#### [Task details]
In the reply, include exactly the lines of the entries below from the first to the line with "f 72 258 259", that line included.

(Dataset entries begins)

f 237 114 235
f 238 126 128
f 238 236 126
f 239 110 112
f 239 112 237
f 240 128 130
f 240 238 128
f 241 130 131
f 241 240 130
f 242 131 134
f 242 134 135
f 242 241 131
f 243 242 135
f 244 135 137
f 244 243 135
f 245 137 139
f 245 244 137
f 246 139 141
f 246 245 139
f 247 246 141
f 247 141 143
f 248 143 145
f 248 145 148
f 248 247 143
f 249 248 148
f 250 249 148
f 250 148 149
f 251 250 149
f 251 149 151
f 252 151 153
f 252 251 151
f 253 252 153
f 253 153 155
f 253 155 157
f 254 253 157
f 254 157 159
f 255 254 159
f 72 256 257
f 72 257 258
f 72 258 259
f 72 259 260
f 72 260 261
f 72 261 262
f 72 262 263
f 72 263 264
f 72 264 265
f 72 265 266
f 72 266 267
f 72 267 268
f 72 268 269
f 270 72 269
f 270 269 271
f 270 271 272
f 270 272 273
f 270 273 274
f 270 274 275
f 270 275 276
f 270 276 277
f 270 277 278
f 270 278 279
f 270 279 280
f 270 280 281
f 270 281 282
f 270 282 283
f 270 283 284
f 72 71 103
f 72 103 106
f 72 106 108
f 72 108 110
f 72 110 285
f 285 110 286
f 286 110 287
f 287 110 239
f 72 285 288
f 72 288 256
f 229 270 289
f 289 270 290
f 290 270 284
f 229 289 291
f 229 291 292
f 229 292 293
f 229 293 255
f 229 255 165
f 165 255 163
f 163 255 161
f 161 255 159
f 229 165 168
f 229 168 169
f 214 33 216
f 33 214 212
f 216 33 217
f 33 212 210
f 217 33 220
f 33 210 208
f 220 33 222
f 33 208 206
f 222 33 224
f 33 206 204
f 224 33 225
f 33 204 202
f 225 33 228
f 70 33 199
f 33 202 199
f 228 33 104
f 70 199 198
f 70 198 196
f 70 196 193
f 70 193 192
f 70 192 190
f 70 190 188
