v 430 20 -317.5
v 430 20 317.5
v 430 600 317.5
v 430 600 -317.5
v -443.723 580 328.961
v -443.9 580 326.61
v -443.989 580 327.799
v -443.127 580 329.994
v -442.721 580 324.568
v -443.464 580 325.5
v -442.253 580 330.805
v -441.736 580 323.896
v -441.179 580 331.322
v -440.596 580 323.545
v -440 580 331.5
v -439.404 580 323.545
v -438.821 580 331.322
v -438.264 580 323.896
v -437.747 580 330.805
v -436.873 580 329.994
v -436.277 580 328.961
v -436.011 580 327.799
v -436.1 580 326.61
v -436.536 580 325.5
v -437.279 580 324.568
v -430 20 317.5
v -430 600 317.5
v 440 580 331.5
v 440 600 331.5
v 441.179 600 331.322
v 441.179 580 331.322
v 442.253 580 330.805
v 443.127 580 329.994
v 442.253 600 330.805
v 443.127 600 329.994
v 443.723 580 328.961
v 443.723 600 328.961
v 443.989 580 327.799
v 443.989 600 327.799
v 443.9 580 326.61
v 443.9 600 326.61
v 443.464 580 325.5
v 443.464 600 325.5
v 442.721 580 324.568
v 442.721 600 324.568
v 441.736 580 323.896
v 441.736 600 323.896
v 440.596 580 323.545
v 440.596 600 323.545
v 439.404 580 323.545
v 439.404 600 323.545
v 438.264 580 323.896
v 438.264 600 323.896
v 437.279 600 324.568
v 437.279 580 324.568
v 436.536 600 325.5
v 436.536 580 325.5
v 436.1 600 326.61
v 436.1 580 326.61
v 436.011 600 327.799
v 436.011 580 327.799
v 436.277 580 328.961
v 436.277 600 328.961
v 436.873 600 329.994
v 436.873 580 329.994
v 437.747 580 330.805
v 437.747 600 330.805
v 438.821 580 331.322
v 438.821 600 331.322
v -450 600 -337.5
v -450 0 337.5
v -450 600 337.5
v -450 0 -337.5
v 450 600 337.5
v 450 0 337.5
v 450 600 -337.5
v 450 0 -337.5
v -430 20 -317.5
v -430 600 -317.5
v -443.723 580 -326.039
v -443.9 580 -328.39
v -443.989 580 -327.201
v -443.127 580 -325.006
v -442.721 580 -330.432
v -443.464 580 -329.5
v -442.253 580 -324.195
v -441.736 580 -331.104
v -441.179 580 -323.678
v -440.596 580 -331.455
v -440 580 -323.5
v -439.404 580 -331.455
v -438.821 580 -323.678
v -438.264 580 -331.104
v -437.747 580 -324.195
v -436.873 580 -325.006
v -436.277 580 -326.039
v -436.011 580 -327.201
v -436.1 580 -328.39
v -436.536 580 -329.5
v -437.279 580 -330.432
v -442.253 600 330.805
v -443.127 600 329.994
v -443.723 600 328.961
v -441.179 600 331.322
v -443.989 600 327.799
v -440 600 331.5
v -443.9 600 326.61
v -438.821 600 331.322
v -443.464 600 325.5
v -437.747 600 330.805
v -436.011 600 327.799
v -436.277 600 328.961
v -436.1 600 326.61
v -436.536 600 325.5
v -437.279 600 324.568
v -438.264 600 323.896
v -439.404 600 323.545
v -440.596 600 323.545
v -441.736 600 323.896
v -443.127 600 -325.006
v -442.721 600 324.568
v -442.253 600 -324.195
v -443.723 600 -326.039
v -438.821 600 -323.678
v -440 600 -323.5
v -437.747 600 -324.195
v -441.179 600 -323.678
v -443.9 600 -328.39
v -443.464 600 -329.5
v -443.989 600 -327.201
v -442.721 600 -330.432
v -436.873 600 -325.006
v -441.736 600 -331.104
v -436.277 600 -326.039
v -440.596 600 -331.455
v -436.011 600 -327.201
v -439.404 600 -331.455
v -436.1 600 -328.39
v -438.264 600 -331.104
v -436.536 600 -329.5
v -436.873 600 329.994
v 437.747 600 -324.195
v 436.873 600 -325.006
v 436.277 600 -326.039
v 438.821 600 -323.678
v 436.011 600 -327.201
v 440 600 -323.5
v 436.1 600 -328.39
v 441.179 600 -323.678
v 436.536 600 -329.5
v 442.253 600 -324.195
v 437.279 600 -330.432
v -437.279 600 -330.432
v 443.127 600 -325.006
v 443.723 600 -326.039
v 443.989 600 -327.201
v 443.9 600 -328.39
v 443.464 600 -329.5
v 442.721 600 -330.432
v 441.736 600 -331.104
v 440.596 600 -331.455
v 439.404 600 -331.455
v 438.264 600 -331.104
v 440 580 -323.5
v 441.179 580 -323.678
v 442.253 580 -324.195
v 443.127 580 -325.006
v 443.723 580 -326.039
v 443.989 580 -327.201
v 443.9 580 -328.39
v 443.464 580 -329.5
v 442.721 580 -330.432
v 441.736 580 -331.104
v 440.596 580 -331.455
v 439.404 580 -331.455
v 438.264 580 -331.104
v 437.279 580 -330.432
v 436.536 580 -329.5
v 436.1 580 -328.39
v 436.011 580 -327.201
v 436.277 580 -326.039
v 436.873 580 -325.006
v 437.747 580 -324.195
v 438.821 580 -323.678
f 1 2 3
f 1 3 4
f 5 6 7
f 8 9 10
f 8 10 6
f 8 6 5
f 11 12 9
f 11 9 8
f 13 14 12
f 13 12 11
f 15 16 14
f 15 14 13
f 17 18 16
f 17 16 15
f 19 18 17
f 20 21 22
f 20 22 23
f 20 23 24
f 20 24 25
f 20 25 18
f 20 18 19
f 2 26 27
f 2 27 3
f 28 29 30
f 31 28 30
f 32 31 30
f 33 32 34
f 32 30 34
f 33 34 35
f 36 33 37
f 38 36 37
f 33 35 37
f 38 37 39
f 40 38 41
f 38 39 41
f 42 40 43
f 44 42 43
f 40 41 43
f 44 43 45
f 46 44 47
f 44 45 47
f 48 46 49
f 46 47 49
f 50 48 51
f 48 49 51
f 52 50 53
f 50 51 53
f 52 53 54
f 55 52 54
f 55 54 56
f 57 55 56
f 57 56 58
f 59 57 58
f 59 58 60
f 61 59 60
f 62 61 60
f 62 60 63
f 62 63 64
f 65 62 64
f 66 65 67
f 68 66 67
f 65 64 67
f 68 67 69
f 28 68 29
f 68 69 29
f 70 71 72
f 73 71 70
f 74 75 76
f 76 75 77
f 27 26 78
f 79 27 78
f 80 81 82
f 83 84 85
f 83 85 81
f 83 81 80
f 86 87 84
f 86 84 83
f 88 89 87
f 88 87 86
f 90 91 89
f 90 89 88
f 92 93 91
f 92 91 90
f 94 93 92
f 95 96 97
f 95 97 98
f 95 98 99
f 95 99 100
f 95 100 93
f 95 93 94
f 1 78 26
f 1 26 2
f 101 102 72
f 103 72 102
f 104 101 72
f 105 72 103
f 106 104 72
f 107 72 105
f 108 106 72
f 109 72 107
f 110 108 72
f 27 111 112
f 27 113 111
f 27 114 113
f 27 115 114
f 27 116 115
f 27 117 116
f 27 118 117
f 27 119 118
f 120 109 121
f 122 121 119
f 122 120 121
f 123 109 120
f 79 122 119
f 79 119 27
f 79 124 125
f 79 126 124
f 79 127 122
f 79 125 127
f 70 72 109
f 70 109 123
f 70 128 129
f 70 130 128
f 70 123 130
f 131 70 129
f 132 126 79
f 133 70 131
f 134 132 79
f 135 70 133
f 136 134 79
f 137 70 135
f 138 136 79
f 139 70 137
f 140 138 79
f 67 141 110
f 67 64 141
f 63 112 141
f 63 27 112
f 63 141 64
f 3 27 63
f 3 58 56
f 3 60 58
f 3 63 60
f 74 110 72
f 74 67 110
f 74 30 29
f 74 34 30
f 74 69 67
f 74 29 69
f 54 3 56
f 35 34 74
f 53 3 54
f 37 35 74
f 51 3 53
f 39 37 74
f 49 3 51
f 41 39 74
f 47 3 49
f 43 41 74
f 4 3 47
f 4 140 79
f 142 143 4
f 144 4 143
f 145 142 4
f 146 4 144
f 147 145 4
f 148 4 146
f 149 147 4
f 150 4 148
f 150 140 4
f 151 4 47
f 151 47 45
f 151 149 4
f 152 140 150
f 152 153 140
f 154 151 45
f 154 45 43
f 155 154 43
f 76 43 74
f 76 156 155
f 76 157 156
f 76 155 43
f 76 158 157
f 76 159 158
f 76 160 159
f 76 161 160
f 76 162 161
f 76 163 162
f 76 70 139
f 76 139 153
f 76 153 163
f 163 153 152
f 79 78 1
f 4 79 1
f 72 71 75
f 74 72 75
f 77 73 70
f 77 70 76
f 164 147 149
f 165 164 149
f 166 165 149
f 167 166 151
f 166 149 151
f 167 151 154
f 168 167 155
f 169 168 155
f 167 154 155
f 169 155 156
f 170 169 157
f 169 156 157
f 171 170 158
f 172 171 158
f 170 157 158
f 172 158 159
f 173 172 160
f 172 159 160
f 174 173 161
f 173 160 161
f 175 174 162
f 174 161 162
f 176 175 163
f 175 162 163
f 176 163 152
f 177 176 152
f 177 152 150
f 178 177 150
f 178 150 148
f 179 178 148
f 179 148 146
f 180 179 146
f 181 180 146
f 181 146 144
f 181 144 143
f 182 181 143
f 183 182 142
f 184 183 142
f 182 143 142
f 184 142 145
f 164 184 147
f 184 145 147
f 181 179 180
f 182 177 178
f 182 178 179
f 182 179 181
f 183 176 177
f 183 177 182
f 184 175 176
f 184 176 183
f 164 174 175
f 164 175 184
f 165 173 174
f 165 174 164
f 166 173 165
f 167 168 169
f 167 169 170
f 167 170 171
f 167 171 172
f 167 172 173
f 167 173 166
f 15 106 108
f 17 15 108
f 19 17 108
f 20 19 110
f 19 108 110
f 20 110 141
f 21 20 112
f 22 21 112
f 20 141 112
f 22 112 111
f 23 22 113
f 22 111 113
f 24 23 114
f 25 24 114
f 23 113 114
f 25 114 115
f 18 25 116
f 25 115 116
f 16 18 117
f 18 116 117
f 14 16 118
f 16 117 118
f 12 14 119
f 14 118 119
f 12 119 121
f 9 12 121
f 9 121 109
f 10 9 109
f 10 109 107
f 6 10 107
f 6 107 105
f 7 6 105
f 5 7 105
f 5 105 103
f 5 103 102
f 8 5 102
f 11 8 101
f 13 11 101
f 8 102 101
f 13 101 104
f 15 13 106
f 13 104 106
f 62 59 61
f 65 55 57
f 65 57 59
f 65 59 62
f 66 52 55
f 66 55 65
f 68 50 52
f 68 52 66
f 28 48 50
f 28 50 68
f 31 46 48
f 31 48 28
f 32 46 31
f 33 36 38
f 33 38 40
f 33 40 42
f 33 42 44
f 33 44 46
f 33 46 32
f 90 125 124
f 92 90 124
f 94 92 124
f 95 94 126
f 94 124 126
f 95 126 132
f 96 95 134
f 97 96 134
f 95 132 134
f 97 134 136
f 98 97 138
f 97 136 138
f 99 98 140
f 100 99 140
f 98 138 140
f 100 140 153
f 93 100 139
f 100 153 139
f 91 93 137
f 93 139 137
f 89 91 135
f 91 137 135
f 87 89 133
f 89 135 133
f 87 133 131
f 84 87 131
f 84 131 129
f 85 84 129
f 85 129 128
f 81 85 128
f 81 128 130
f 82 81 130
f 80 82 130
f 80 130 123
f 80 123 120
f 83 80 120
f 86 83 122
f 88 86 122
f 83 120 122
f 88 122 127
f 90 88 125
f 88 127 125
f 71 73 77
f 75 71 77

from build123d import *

# Parameters (mm, degrees)
SKETCH1_W           = 900
SKETCH1_H           = 675
BOSS_EXTRUDE1_DEPTH = 600
SHELL1_T            = -20
SKETCH5_R           = 4
CUT_EXTRUDE1_DEPTH  = 20
SKETCH6_R           = 4
CUT_EXTRUDE2_DEPTH  = 20
SKETCH7_R           = 4
CUT_EXTRUDE3_DEPTH  = 20
SKETCH8_R           = 4
CUT_EXTRUDE4_DEPTH  = 20


with BuildPart() as part:
    # Sketch1 → Boss-Extrude1 (new body)
    with BuildSketch(Plane(origin=(0, 0, 0), x_dir=(1, 0, 0), z_dir=(0, 1, 0))):
        Rectangle(SKETCH1_W, SKETCH1_H)
    extrude(amount=BOSS_EXTRUDE1_DEPTH)

    # Shell1
    shell1_openings = [part.faces().sort_by_distance(p)[0] for p in [
        (0, 600, 0),
    ]]
    offset(amount=SHELL1_T, openings=shell1_openings, kind=Kind.INTERSECTION)

    # Sketch5 → Cut-Extrude1 (cut)
    with BuildSketch(Plane(origin=(0, 600, 0), x_dir=(1, 0, 0), z_dir=(0, 1, 0))):
        with Locations(Location((-440, -327.5, 0), (0, 0, 270))):
            Circle(SKETCH5_R)
    extrude(amount=-CUT_EXTRUDE1_DEPTH, mode=Mode.SUBTRACT)

    # Sketch6 → Cut-Extrude2 (cut)
    with BuildSketch(Plane(origin=(0, 600, 0), x_dir=(1, 0, 0), z_dir=(0, 1, 0))):
        with Locations(Location((440, -327.5, 0), (0, 0, 270))):
            Circle(SKETCH6_R)
    extrude(amount=-CUT_EXTRUDE2_DEPTH, mode=Mode.SUBTRACT)

    # Sketch7 → Cut-Extrude3 (cut)
    with BuildSketch(Plane(origin=(0, 600, 0), x_dir=(1, 0, 0), z_dir=(0, 1, 0))):
        with Locations(Location((440, 327.5, 0), (0, 0, 270))):
            Circle(SKETCH7_R)
    extrude(amount=-CUT_EXTRUDE3_DEPTH, mode=Mode.SUBTRACT)

    # Sketch8 → Cut-Extrude4 (cut)
    with BuildSketch(Plane(origin=(0, 600, 0), x_dir=(1, 0, 0), z_dir=(0, 1, 0))):
        with Locations(Location((-440, 327.5, 0), (0, 0, 270))):
            Circle(SKETCH8_R)
    extrude(amount=-CUT_EXTRUDE4_DEPTH, mode=Mode.SUBTRACT)


solid = part.part
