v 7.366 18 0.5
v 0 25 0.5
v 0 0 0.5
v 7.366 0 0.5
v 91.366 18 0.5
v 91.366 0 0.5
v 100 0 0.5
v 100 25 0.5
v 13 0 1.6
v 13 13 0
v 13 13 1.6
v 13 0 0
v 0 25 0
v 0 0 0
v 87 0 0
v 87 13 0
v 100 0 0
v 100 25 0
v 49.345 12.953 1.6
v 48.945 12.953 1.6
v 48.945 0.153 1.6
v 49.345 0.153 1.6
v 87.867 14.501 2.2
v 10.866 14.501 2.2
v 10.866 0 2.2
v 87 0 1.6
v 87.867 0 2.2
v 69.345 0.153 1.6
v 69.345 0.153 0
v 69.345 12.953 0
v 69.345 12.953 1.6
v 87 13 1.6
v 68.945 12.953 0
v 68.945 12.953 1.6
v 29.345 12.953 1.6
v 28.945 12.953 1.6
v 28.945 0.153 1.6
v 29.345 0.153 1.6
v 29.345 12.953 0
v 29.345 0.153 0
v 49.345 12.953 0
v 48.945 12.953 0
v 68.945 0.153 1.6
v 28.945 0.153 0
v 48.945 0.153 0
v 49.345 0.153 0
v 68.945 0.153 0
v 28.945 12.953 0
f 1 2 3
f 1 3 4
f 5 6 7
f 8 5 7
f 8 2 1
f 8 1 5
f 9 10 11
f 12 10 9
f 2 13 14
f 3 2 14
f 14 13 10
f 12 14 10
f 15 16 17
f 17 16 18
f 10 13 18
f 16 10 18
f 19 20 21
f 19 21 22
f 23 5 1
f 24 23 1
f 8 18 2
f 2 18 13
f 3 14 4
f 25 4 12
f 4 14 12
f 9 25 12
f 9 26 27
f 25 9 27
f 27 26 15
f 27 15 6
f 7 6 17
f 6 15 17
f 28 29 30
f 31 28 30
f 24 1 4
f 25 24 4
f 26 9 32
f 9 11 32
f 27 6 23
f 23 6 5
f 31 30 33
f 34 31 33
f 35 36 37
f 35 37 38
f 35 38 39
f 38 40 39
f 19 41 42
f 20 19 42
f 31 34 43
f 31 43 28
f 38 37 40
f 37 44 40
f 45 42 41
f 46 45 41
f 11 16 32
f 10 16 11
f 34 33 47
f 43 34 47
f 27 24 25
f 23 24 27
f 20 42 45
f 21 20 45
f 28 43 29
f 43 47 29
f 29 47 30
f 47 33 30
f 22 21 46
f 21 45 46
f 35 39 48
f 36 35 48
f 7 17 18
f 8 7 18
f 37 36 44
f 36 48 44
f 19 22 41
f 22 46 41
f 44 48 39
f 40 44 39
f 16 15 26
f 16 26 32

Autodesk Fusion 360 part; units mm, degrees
sketch "Skizze2" plane through (0, 0, 0) normal (0, 0, 1) x (1, 0, 0)
  line L0 (0, 0) -> (100, 0)
  line L1 (100, 0) -> (100, 25)
  line L2 (100, 25) -> (0, 25)
  line L3 (0, 25) -> (0, 0)
  line L4 (13, 0) -> (87, 0)
  line L5 (87, 0) -> (87, 13)
  line L6 (87, 13) -> (13, 13)
  line L7 (13, 13) -> (13, 0)
  line L8 (7.3663, 0) -> (91.3663, 0)
  line L9 (91.3663, 0) -> (91.3663, 18)
  line L10 (91.3663, 18) -> (7.3663, 18)
  line L11 (7.3663, 18) -> (7.3663, 0)
  dimension "d1" = 100
  dimension "d2" = 25
  dimension "d3" = 74
  dimension "d4" = 13
  dimension "d5" = 13
  dimension "d6" = 84
  dimension "d7" = 18
extrude "Extrusion1" add sketch "Skizze2" along normal blind 0.5 contours L0 L1 L2 L3 L9 L10 L11 makes body 1
extrude "Extrusion2" add sketch "Skizze2" along normal blind 2.2 contours L0 L5 L6 L7 L8 L9 L10 L11 bodies 1
extrude "Extrusion3" add sketch "Skizze2" along normal blind 0.6 from surface at 1.6 contours L0 L4 L5 L6 L7 L8 bodies 1
chamfer "Fase1" distance 3.5 distance2 1.7 1 edges at (91.3663, 9, 2.2) measured on face at (35.3663, 6, 2.2) on bodies 1
chamfer "Fase2" distance 3.5 distance2 1.7 1 edges at (47.6163, 18, 2.2) measured on face at (34.1999, 6, 2.2) on bodies 1
chamfer "Fase3" distance 3.5 distance2 1.7 1 edges at (7.3663, 7.25, 2.2) measured on face at (34.1999, 4.8336, 2.2) on bodies 1
sketch "Skizze3" plane through (0, 0, 0) normal (0, 0, 1) x (1, 0, 0)
  line L0 (49.3454, 12.9531) -> (48.9454, 12.9531)
  line L1 (48.9454, 12.9531) -> (48.9454, 0.1531)
  line L2 (48.9454, 0.1531) -> (49.3454, 0.1531)
  line L3 (49.3454, 0.1531) -> (49.3454, 12.9531)
  line L4 (29.3454, 12.9531) -> (28.9454, 12.9531)
  line L5 (29.3454, 0.1531) -> (29.3454, 12.9531)
  line L6 (28.9454, 12.9531) -> (28.9454, 0.1531)
  line L7 (28.9454, 0.1531) -> (29.3454, 0.1531)
  line L8 (69.3454, 12.9531) -> (68.9454, 12.9531)
  line L9 (69.3454, 0.1531) -> (69.3454, 12.9531)
  line L10 (68.9454, 12.9531) -> (68.9454, 0.1531)
  line L11 (68.9454, 0.1531) -> (69.3454, 0.1531)
  dimension "d21" = 0.4
  dimension "d22" = 12.8
  dimension "d29" = 0
  dimension "d30" = 0
  dimension "d33" = 20
  dimension "d34" = 0
extrude "Extrusion4" add sketch "Skizze3" along normal blind 1.6 separate body makes body 2 at (29.3454, 4.4198, 0.5333) makes body 3 at (49.3454, 4.4198, 0.5333) makes body 4 at (69.3454, 4.4198, 0.5333)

(Dataset entries ends)

#### [Result of this exercise]
f 237 114 235
f 238 126 128
f 238 236 126
f 239 110 112
f 239 112 237
f 240 128 130
f 240 238 128
f 241 130 131
f 241 240 130
f 242 131 134
f 242 134 135
f 242 241 131
f 243 242 135
f 244 135 137
f 244 243 135
f 245 137 139
f 245 244 137
f 246 139 141
f 246 245 139
f 247 246 141
f 247 141 143
f 248 143 145
f 248 145 148
f 248 247 143
f 249 248 148
f 250 249 148
f 250 148 149
f 251 250 149
f 251 149 151
f 252 151 153
f 252 251 151
f 253 252 153
f 253 153 155
f 253 155 157
f 254 253 157
f 254 157 159
f 255 254 159
f 72 256 257
f 72 257 258
f 72 258 259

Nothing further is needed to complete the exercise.